Colo. town at heart of listeria outbreak in fear

? Eric Jensen surveys his dusty cantaloupe field and seems equally stunned and puzzled at the fate that has befallen his crop: row upon row of melons rotting on the vine.

Jensen is the co-owner of the Colorado farm where health officials say a national listeria outbreak originated, making his withering fields the epicenter of a food scare that has sickened dozens of people from Wyoming to Maryland and caused as many as 17 deaths.

The farm has recalled more than 300,000 cases of cantaloupes and on Thursday three states — Indiana, Louisiana and Wisconsin — were added to the recall list. Spokeswoman Amy Philpott said that trucking records show that cantaloupes originally intended for other locations ended up in those states but that the buyers were notified as part of the original Sept. 14 recall.

Jensen has no idea how his cantaloupes became infected, and neither do the Food and Drug Administration investigators who have intermittently been in this town of 800 people near the Kansas border since the outbreak started earlier this month.

Regardless of how it happened, the situation has left the town and farm reeling and in fear. Jensen had to quit growing and shipping cantaloupes after the outbreak was discovered — a staggering blow to a region where cantaloupe has always been a proud local tradition.

Until the listeria infections started showing up, Holly’s field workers would bring melons into town to share, just as they have for generations. And it wasn’t uncommon for Holly residents to stop by Jensen Farms to buy freshly picked cantaloupe. Now, not even the local grocery store has any of the fruit.

No one in Holly has been sickened, but people are frightened by the prospect of contracting listeria. The bacteria can have an incubation period of a month or more, and it principally affects the elderly and those with compromised immune systems.

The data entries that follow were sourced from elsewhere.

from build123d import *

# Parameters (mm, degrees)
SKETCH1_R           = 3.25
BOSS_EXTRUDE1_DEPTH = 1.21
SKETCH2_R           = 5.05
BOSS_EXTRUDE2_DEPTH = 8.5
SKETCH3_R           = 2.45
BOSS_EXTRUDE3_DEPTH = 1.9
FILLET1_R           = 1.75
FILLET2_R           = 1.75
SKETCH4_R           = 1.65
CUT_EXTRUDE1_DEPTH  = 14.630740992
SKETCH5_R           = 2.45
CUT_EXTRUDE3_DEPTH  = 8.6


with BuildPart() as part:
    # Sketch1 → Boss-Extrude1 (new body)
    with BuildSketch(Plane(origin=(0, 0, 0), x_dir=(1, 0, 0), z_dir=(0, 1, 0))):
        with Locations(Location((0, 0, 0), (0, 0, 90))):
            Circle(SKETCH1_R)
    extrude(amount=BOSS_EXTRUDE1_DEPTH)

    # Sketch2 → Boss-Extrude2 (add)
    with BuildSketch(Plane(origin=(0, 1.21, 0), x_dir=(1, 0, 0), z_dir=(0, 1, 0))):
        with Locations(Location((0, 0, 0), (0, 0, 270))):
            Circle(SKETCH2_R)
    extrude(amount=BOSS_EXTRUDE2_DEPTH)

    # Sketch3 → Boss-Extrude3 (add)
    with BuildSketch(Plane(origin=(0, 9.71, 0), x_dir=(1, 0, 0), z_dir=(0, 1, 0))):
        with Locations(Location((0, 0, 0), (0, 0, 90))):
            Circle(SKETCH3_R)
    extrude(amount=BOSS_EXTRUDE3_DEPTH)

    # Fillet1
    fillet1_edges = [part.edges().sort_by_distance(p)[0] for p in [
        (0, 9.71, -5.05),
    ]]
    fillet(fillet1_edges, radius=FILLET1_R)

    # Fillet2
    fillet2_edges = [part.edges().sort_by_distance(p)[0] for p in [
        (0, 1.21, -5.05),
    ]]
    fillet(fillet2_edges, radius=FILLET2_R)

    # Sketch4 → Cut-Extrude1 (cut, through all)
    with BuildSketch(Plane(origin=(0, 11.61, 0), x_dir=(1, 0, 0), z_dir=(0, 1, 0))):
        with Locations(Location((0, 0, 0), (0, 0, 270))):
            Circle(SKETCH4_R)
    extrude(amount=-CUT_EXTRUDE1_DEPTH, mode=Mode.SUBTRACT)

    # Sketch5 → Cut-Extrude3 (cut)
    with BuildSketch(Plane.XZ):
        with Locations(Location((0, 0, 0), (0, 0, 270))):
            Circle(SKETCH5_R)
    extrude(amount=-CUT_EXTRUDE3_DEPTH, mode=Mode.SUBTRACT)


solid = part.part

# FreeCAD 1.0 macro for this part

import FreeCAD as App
import Part
import Sketcher

V = App.Vector


def edges_at(feature, points):
    """Names of the edges that pass closest to the given points."""
    edges = feature.Shape.Edges
    near = lambda p: min(range(len(edges)), key=lambda i: edges[i].distToShape(Part.Vertex(*p))[0])
    return sorted({f"Edge{near(p) + 1}" for p in points})

doc = App.newDocument("Part")
body = doc.addObject("PartDesign::Body", "Body")

# Sketch on XZ plane
sketch1 = body.newObject("Sketcher::SketchObject", "Sketch")
sketch1.AttachmentSupport = (doc.getObject("XZ_Plane"), [""])
sketch1.MapMode = "FlatFace"
sketch1.addGeometry(Part.Circle(V(0, 0, 0), V(0, 0, 1), 3.2), False)
sketch1.addConstraint([
    Sketcher.Constraint("Coincident", 0, 3, -1, 1),
    Sketcher.Constraint("Diameter", 0, 6.5),
])
pad1 = body.newObject("PartDesign::Pad", "Pad")
pad1.Profile = sketch1
pad1.Length = 1.21
pad1.Reversed = True

# Sketch on XZ plane
sketch2 = body.newObject("Sketcher::SketchObject", "Sketch001")
sketch2.AttachmentSupport = (doc.getObject("XZ_Plane"), [""])
sketch2.MapMode = "FlatFace"
sketch2.AttachmentOffset = App.Placement(V(0, 0, -1.21), App.Rotation())
sketch2.addGeometry(Part.Circle(V(0, 0, 0), V(0, 0, 1), 5), False)
sketch2.addConstraint([
    Sketcher.Constraint("Coincident", 0, 3, -1, 1),
    Sketcher.Constraint("Diameter", 0, 10.1),
])
pad2 = body.newObject("PartDesign::Pad", "Pad001")
pad2.Profile = sketch2
pad2.Length = 8.5
pad2.Reversed = True

# Sketch on XZ plane
sketch3 = body.newObject("Sketcher::SketchObject", "Sketch002")
sketch3.AttachmentSupport = (doc.getObject("XZ_Plane"), [""])
sketch3.MapMode = "FlatFace"
sketch3.AttachmentOffset = App.Placement(V(0, 0, -9.71), App.Rotation())
sketch3.addGeometry(Part.Circle(V(0, 0, 0), V(0, 0, 1), 2.5), False)
sketch3.addConstraint([
    Sketcher.Constraint("Coincident", 0, 3, -1, 1),
    Sketcher.Constraint("Diameter", 0, 4.9),
])
pad3 = body.newObject("PartDesign::Pad", "Pad002")
pad3.Profile = sketch3
pad3.Length = 1.9
pad3.Reversed = True
doc.recompute()

fillet = body.newObject("PartDesign::Fillet", "Fillet")
fillet.Base = (pad3, edges_at(pad3, [(0, 9.71, -5.05)]))
fillet.Radius = 1.75
doc.recompute()

fillet2 = body.newObject("PartDesign::Fillet", "Fillet001")
fillet2.Base = (fillet, edges_at(fillet, [(0, 1.21, -5.05)]))
fillet2.Radius = 1.75

# Sketch on XZ plane
sketch4 = body.newObject("Sketcher::SketchObject", "Sketch003")
sketch4.AttachmentSupport = (doc.getObject("XZ_Plane"), [""])
sketch4.MapMode = "FlatFace"
sketch4.AttachmentOffset = App.Placement(V(0, 0, -11.61), App.Rotation())
sketch4.addGeometry(Part.Circle(V(0, 0, 0), V(0, 0, 1), 1.6), False)
sketch4.addConstraint([
    Sketcher.Constraint("Coincident", 0, 3, -1, 1),
    Sketcher.Constraint("Diameter", 0, 3.3),
])
pocket1 = body.newObject("PartDesign::Pocket", "Pocket")
pocket1.Profile = sketch4
pocket1.Type = "ThroughAll"
pocket1.Reversed = True

# Sketch on XZ plane
sketch5 = body.newObject("Sketcher::SketchObject", "Sketch004")
sketch5.AttachmentSupport = (doc.getObject("XZ_Plane"), [""])
sketch5.MapMode = "FlatFace"
sketch5.addGeometry(Part.Circle(V(0, 0, 0), V(0, 0, 1), 2.5), False)
sketch5.addConstraint([
    Sketcher.Constraint("Coincident", 0, 3, -1, 1),
    Sketcher.Constraint("Diameter", 0, 4.9),
])
pocket2 = body.newObject("PartDesign::Pocket", "Pocket001")
pocket2.Profile = sketch5
pocket2.Length = 8.6

doc.recompute()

“I ate that cantaloupe, and I gave some of it to my 97-year-old mother,'” said Wanda Watson, co-owner of the Tasty House Cafe. “I’m watching her real close. It’s scary because it could be up to two months before you get sick.”

Sherri McGarry, a senior adviser in the FDA’s Office of Foods, said the agency is looking at the farm’s water supply and the possibility that animals wandered into Jensen Farms’ fields, among other things, in trying to figure out how the cantaloupes became contaminated. Listeria bacteria grow in moist, muddy conditions and are often carried by animals.

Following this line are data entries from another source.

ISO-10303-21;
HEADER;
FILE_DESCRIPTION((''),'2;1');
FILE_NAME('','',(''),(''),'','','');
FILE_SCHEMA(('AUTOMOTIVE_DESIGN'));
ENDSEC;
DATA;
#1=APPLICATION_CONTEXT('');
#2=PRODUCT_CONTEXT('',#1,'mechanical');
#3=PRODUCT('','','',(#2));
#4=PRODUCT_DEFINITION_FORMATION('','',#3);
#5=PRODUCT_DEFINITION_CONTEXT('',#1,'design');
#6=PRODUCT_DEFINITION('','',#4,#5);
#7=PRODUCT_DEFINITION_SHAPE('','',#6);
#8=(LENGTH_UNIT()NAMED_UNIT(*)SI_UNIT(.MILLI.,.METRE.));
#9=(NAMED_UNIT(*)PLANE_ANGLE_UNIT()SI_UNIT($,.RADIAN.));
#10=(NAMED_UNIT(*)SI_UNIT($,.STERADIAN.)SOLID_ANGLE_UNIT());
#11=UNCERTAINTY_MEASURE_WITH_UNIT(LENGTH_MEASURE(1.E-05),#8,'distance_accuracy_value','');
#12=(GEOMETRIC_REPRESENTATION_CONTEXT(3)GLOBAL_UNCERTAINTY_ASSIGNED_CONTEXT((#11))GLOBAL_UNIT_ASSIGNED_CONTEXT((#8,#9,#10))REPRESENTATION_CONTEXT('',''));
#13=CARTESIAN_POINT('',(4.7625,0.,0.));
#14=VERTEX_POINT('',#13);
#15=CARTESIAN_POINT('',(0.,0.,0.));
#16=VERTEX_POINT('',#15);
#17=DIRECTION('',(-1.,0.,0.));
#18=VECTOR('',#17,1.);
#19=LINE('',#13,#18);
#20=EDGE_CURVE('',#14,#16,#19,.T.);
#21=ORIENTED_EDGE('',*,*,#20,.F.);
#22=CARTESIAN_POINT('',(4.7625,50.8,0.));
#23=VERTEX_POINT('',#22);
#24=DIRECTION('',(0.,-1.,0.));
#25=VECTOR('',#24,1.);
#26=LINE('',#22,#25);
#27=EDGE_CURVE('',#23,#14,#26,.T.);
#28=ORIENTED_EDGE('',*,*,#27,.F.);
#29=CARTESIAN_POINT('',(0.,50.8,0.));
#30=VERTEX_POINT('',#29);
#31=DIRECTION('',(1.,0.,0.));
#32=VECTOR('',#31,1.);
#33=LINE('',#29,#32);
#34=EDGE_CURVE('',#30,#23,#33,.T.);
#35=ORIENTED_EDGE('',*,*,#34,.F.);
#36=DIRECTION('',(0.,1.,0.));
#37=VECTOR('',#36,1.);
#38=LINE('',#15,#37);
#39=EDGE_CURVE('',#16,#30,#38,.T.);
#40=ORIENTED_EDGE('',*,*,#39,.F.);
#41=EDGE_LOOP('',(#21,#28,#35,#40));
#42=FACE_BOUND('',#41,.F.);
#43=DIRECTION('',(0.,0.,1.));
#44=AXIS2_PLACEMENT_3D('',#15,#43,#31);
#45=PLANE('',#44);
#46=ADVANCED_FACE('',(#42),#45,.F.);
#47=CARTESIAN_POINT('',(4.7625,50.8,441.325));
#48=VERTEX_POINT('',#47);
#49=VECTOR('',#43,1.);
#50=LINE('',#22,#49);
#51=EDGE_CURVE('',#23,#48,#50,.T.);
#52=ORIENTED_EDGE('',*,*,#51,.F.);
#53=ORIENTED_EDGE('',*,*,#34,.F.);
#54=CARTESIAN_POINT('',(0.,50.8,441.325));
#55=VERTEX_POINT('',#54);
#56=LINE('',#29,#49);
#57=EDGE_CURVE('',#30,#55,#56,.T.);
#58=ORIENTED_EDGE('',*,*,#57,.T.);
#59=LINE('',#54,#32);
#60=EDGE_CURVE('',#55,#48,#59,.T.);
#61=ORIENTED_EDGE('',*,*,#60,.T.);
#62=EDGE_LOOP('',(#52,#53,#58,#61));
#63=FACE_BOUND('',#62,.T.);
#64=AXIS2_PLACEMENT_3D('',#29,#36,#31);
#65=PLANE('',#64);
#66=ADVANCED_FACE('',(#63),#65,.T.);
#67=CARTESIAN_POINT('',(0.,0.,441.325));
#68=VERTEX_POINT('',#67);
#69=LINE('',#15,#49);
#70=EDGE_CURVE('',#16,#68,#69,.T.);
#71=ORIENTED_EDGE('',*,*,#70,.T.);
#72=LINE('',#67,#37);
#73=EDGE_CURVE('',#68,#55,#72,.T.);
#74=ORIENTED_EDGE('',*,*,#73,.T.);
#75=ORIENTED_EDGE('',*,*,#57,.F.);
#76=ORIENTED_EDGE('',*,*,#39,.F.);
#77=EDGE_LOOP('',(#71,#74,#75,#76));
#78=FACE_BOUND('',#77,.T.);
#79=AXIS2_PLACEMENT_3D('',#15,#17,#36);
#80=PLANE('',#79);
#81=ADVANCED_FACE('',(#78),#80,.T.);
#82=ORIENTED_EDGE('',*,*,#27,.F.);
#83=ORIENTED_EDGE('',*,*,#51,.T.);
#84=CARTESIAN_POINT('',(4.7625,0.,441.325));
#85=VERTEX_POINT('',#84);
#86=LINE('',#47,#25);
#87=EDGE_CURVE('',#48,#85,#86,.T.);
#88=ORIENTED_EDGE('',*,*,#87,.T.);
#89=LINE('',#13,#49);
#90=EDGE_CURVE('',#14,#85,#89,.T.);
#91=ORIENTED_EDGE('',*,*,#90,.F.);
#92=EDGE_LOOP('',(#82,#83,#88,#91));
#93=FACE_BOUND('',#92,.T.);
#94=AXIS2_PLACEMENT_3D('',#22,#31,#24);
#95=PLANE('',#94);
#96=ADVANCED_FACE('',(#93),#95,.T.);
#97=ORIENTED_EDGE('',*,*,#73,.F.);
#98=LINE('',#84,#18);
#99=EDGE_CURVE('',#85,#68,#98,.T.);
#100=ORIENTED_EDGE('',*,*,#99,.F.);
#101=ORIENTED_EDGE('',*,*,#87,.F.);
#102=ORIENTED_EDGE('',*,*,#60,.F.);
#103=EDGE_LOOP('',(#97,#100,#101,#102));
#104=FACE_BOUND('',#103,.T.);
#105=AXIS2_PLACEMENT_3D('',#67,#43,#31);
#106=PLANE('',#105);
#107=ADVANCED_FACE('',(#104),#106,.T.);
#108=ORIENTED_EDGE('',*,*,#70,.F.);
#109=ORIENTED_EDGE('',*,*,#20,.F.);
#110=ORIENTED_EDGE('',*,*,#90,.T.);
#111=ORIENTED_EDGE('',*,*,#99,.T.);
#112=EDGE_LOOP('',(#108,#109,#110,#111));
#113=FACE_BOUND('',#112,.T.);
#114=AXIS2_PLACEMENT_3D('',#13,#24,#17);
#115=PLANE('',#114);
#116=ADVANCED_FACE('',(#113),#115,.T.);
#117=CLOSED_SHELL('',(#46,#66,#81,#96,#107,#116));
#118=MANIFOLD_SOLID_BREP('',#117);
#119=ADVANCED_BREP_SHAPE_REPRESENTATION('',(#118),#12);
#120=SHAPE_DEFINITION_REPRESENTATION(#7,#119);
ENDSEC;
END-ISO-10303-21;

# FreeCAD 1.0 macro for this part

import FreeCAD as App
import Part
import Sketcher
from FreeCAD import Vector
Q = App.Units.Quantity


def add_polygon(sketch, points):
    """Adds a closed chain of lines whose ends are joined by coincident constraints."""
    first, n = sketch.GeometryCount, len(points)
    for a, b in zip(points, points[1:] + points[:1]):
        sketch.addGeometry(Part.LineSegment(App.Vector(*a, 0), App.Vector(*b, 0)), False)
    for i in range(n):
        sketch.addConstraint(Sketcher.Constraint("Coincident", first + i, 2, first + (i + 1) % n, 1))

doc = App.newDocument("Part")
params = doc.addObject("Spreadsheet::Sheet", "Params")
for row, (alias, value) in enumerate([
    ("sketch1_height", "2 in"),
    ("sketch1_width", "0.1875 in"),
    ("pad1_length", "17.375 in"),
], start=1):
    params.set(f"A{row}", alias)
    params.set(f"B{row}", "=" + value)
    params.setAlias(f"B{row}", alias)

body = doc.addObject("PartDesign::Body", "Body")

# Sketch on XY plane
sketch1 = body.newObject("Sketcher::SketchObject", "Sketch")
sketch1.AttachmentSupport = (doc.getObject("XY_Plane"), [""])
sketch1.MapMode = "FlatFace"
add_polygon(sketch1, [(4.8, 50.8), (0, 50.8), (0, 0), (4.8, 0)])  # lines 0-3
sketch1.addConstraint([
    Sketcher.Constraint("Horizontal", 0),
    Sketcher.Constraint("Vertical", 1),
    Sketcher.Constraint("Horizontal", 2),
    Sketcher.Constraint("Vertical", 3),
    Sketcher.Constraint("Coincident", 1, 2, -1, 1),
    Sketcher.Constraint("DistanceY", 1, 2, 1, 1, Q("2 in")),
    Sketcher.Constraint("DistanceX", 0, 2, 0, 1, Q("0.1875 in")),
])
sketch1.setExpression("Constraints[9]", "Params.sketch1_height")
sketch1.setExpression("Constraints[10]", "Params.sketch1_width")
pad1 = body.newObject("PartDesign::Pad", "Pad")
pad1.Profile = sketch1
pad1.setExpression("Length", "Params.pad1_length")

doc.recompute()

The water supply for farms in the Holly area comes from wells and irrigation ditches that tap the nearby Arkansas River. There’s no shortage of thoughts around town about the potential causes.

“Well water? I doubt it. Ditch water? Well, there’s some probability, but it’s low,” said Jim Cline, a retired construction worker. “Animal intrusion? Well, OK, what kind of animal? Deer? Coons? Coyotes? What kind of animal wants to get into a melon field?”

At Jensen Farms, workers have stopped picking cantaloupes because of a recall of its product. There’s no need to irrigate the crop anymore, and the melons are drying up in the rock-hard fields. As Eric Jensen surveyed his lost crop, workers ripped up plastic that’s laid down in rows to help the cantaloupe grow.

He could not discuss the outbreak, citing a likely raft of pending litigation.

“There are a lot of things I’d like to say right now, but now is not the time,” Jensen said.